» **INSTRUCTIONS FOR THE TASK**
In the entries below, find the line containing "e21 v20 v7 LINE" and the line containing "e30 v25 v10 LINE". Copy those two lines and everything between them exactly, and only that.

» **PROVIDED ENTRIES**
┌──

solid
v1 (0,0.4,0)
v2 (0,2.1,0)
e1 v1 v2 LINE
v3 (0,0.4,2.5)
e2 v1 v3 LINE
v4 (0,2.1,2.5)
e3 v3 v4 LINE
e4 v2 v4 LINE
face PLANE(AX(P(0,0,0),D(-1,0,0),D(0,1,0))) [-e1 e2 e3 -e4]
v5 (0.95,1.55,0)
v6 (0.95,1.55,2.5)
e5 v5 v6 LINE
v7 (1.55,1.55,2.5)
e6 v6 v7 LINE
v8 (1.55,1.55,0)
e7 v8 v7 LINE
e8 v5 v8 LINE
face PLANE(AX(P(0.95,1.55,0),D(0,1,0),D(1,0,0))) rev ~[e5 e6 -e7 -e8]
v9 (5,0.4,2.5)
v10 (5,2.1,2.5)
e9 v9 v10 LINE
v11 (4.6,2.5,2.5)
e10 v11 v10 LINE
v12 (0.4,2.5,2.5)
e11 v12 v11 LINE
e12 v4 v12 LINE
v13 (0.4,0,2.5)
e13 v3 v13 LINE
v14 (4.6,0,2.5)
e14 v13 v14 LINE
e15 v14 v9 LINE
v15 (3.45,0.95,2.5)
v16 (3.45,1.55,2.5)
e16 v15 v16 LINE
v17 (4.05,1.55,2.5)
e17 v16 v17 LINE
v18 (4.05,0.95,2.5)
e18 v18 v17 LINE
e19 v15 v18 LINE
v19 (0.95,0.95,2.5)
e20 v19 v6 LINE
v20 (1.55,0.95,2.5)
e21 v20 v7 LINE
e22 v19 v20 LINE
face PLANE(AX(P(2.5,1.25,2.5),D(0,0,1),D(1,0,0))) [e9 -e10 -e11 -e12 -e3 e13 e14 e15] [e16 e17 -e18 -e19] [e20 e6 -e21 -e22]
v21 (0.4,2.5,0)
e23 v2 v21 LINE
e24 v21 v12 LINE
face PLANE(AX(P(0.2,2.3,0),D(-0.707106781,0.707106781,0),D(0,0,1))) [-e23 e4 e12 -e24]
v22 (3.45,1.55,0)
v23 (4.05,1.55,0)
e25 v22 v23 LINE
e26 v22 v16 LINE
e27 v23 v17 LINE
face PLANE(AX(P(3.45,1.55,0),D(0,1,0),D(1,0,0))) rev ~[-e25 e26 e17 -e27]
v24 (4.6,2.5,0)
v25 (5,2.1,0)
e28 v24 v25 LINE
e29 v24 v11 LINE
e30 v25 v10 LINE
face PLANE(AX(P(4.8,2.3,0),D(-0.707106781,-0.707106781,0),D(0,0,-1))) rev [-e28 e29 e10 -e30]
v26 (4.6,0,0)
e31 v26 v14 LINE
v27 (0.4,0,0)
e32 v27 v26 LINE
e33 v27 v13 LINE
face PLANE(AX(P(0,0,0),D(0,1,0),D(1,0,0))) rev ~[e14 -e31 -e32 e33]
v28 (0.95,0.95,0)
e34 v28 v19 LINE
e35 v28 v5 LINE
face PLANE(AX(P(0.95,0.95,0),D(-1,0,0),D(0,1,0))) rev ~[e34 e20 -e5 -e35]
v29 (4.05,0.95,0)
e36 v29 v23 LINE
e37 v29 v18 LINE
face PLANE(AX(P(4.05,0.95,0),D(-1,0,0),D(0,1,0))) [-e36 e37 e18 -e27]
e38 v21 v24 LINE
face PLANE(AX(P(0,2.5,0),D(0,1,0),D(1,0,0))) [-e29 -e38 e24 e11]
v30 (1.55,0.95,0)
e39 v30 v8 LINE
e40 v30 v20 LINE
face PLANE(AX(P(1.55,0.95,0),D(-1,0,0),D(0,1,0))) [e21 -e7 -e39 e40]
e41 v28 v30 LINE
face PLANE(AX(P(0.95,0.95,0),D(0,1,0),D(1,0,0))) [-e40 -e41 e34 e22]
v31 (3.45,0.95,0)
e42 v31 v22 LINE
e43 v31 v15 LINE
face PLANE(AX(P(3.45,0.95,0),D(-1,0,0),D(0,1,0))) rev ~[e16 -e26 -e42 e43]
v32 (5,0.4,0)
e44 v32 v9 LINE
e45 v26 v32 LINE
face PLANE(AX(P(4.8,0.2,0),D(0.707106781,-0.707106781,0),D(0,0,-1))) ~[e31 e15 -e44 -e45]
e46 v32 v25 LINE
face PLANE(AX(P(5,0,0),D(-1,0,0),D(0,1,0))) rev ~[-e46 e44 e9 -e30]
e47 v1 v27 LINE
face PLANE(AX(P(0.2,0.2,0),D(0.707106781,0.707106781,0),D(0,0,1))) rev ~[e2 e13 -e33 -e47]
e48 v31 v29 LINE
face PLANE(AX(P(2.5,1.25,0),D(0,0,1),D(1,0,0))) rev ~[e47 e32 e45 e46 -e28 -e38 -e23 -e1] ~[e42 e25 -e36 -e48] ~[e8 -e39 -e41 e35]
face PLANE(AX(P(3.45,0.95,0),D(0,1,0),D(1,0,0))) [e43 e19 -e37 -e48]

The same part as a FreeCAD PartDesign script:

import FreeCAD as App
import Part
import Sketcher

V = App.Vector


def edges_at(feature, points):
    """Names of the edges that pass closest to the given points."""
    edges = feature.Shape.Edges
    near = lambda p: min(range(len(edges)), key=lambda i: edges[i].distToShape(Part.Vertex(*p))[0])
    return sorted({f"Edge{near(p) + 1}" for p in points})

doc = App.newDocument("Part")
body = doc.addObject("PartDesign::Body", "Body")

# Sketch on XY plane
sketch1 = doc.addObject("Sketcher::SketchObject", "Sketch")
body.addObject(sketch1)
sketch1.AttachmentSupport = (doc.XY_Plane, [""])
sketch1.MapMode = "FlatFace"
sketch1.addGeometry(Part.LineSegment(V(0, 2.5, 0), V(0, 0, 0)), False)
sketch1.addGeometry(Part.LineSegment(V(0, 0, 0), V(5, 0, 0)), False)
sketch1.addGeometry(Part.LineSegment(V(5, 0, 0), V(5, 2.5, 0)), False)
sketch1.addGeometry(Part.LineSegment(V(5, 2.5, 0), V(0, 2.5, 0)), False)
sketch1.addGeometry(Part.LineSegment(V(1.6, 0.9, 0), V(0.9, 0.9, 0)), False)
sketch1.addGeometry(Part.LineSegment(V(0.9, 0.9, 0), V(0.9, 1.6, 0)), False)
sketch1.addGeometry(Part.LineSegment(V(0.9, 1.6, 0), V(1.6, 1.6, 0)), False)
sketch1.addGeometry(Part.LineSegment(V(1.6, 1.6, 0), V(1.6, 0.9, 0)), False)
sketch1.addGeometry(Part.LineSegment(V(4, 0.9, 0), V(3.5, 0.9, 0)), False)
sketch1.addGeometry(Part.LineSegment(V(3.5, 0.9, 0), V(3.5, 1.6, 0)), False)
sketch1.addGeometry(Part.LineSegment(V(3.5, 1.6, 0), V(4, 1.6, 0)), False)
sketch1.addGeometry(Part.LineSegment(V(4, 1.6, 0), V(4, 0.9, 0)), False)
sketch1.addConstraint(Sketcher.Constraint("Coincident", 0, 2, 1, 1))
sketch1.addConstraint(Sketcher.Constraint("Coincident", 1, 2, 2, 1))
sketch1.addConstraint(Sketcher.Constraint("Coincident", 2, 2, 3, 1))
sketch1.addConstraint(Sketcher.Constraint("Coincident", 3, 2, 0, 1))
sketch1.addConstraint(Sketcher.Constraint("Coincident", 4, 2, 5, 1))
sketch1.addConstraint(Sketcher.Constraint("Coincident", 5, 2, 6, 1))
sketch1.addConstraint(Sketcher.Constraint("Coincident", 6, 2, 7, 1))
sketch1.addConstraint(Sketcher.Constraint("Coincident", 7, 2, 4, 1))
sketch1.addConstraint(Sketcher.Constraint("Coincident", 8, 2, 9, 1))
sketch1.addConstraint(Sketcher.Constraint("Coincident", 9, 2, 10, 1))
sketch1.addConstraint(Sketcher.Constraint("Coincident", 10, 2, 11, 1))
sketch1.addConstraint(Sketcher.Constraint("Coincident", 11, 2, 8, 1))
sketch1.addConstraint(Sketcher.Constraint("Vertical", 0))
sketch1.addConstraint(Sketcher.Constraint("Horizontal", 1))
sketch1.addConstraint(Sketcher.Constraint("Vertical", 2))
sketch1.addConstraint(Sketcher.Constraint("Horizontal", 3))
sketch1.addConstraint(Sketcher.Constraint("Horizontal", 4))
sketch1.addConstraint(Sketcher.Constraint("Vertical", 5))
sketch1.addConstraint(Sketcher.Constraint("Horizontal", 6))
sketch1.addConstraint(Sketcher.Constraint("Vertical", 7))
sketch1.addConstraint(Sketcher.Constraint("Horizontal", 8))
sketch1.addConstraint(Sketcher.Constraint("Vertical", 9))
sketch1.addConstraint(Sketcher.Constraint("Horizontal", 10))
sketch1.addConstraint(Sketcher.Constraint("Vertical", 11))
sketch1.addConstraint(Sketcher.Constraint("Coincident", 0, 2, -1, 1))
sketch1.addConstraint(Sketcher.Constraint("Horizontal", 7, 2, 8, 2))
sketch1.addConstraint(Sketcher.Constraint("Horizontal", 6, 2, 9, 2))
sketch1.addConstraint(Sketcher.Constraint("Equal", 6, 8))
sketch1.addConstraint(Sketcher.Constraint("Equal", 10, 5))
sketch1.addConstraint(Sketcher.Constraint("DistanceX", 1, 1, 1, 2, 5.0))
sketch1.addConstraint(Sketcher.Constraint("DistanceX", 4, 2, 4, 1, 0.6))
sketch1.addConstraint(Sketcher.Constraint("DistanceY", 0, 2, 0, 1, 2.5))
sketch1.addConstraint(Sketcher.Constraint("DistanceX", 7, 2, 8, 2, 1.9))
sketch1.addConstraint(Sketcher.Constraint("DistanceX", -1, 1, 4, 2, 0.95))
sketch1.addConstraint(Sketcher.Constraint("DistanceY", -1, 1, 4, 2, 0.95))
pad1 = doc.addObject("PartDesign::Pad", "Pad")
body.addObject(pad1)
pad1.Profile = sketch1
pad1.Length = 2.5
doc.recompute()

chamfer = doc.addObject("PartDesign::Chamfer", "Chamfer")
body.addObject(chamfer)
chamfer.Base = (pad1, edges_at(pad1, [
    (0, 2.5, 1.25),
    (0, 0, 1.25),
    (5, 0, 1.25),
    (5, 2.5, 1.25),
]))
chamfer.Size = 0.4

doc.recompute()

└──

» **RESULT**
e21 v20 v7 LINE
e22 v19 v20 LINE
face PLANE(AX(P(2.5,1.25,2.5),D(0,0,1),D(1,0,0))) [e9 -e10 -e11 -e12 -e3 e13 e14 e15] [e16 e17 -e18 -e19] [e20 e6 -e21 -e22]
v21 (0.4,2.5,0)
e23 v2 v21 LINE
e24 v21 v12 LINE
face PLANE(AX(P(0.2,2.3,0),D(-0.707106781,0.707106781,0),D(0,0,1))) [-e23 e4 e12 -e24]
v22 (3.45,1.55,0)
v23 (4.05,1.55,0)
e25 v22 v23 LINE
e26 v22 v16 LINE
e27 v23 v17 LINE
face PLANE(AX(P(3.45,1.55,0),D(0,1,0),D(1,0,0))) rev ~[-e25 e26 e17 -e27]
v24 (4.6,2.5,0)
v25 (5,2.1,0)
e28 v24 v25 LINE
e29 v24 v11 LINE
e30 v25 v10 LINE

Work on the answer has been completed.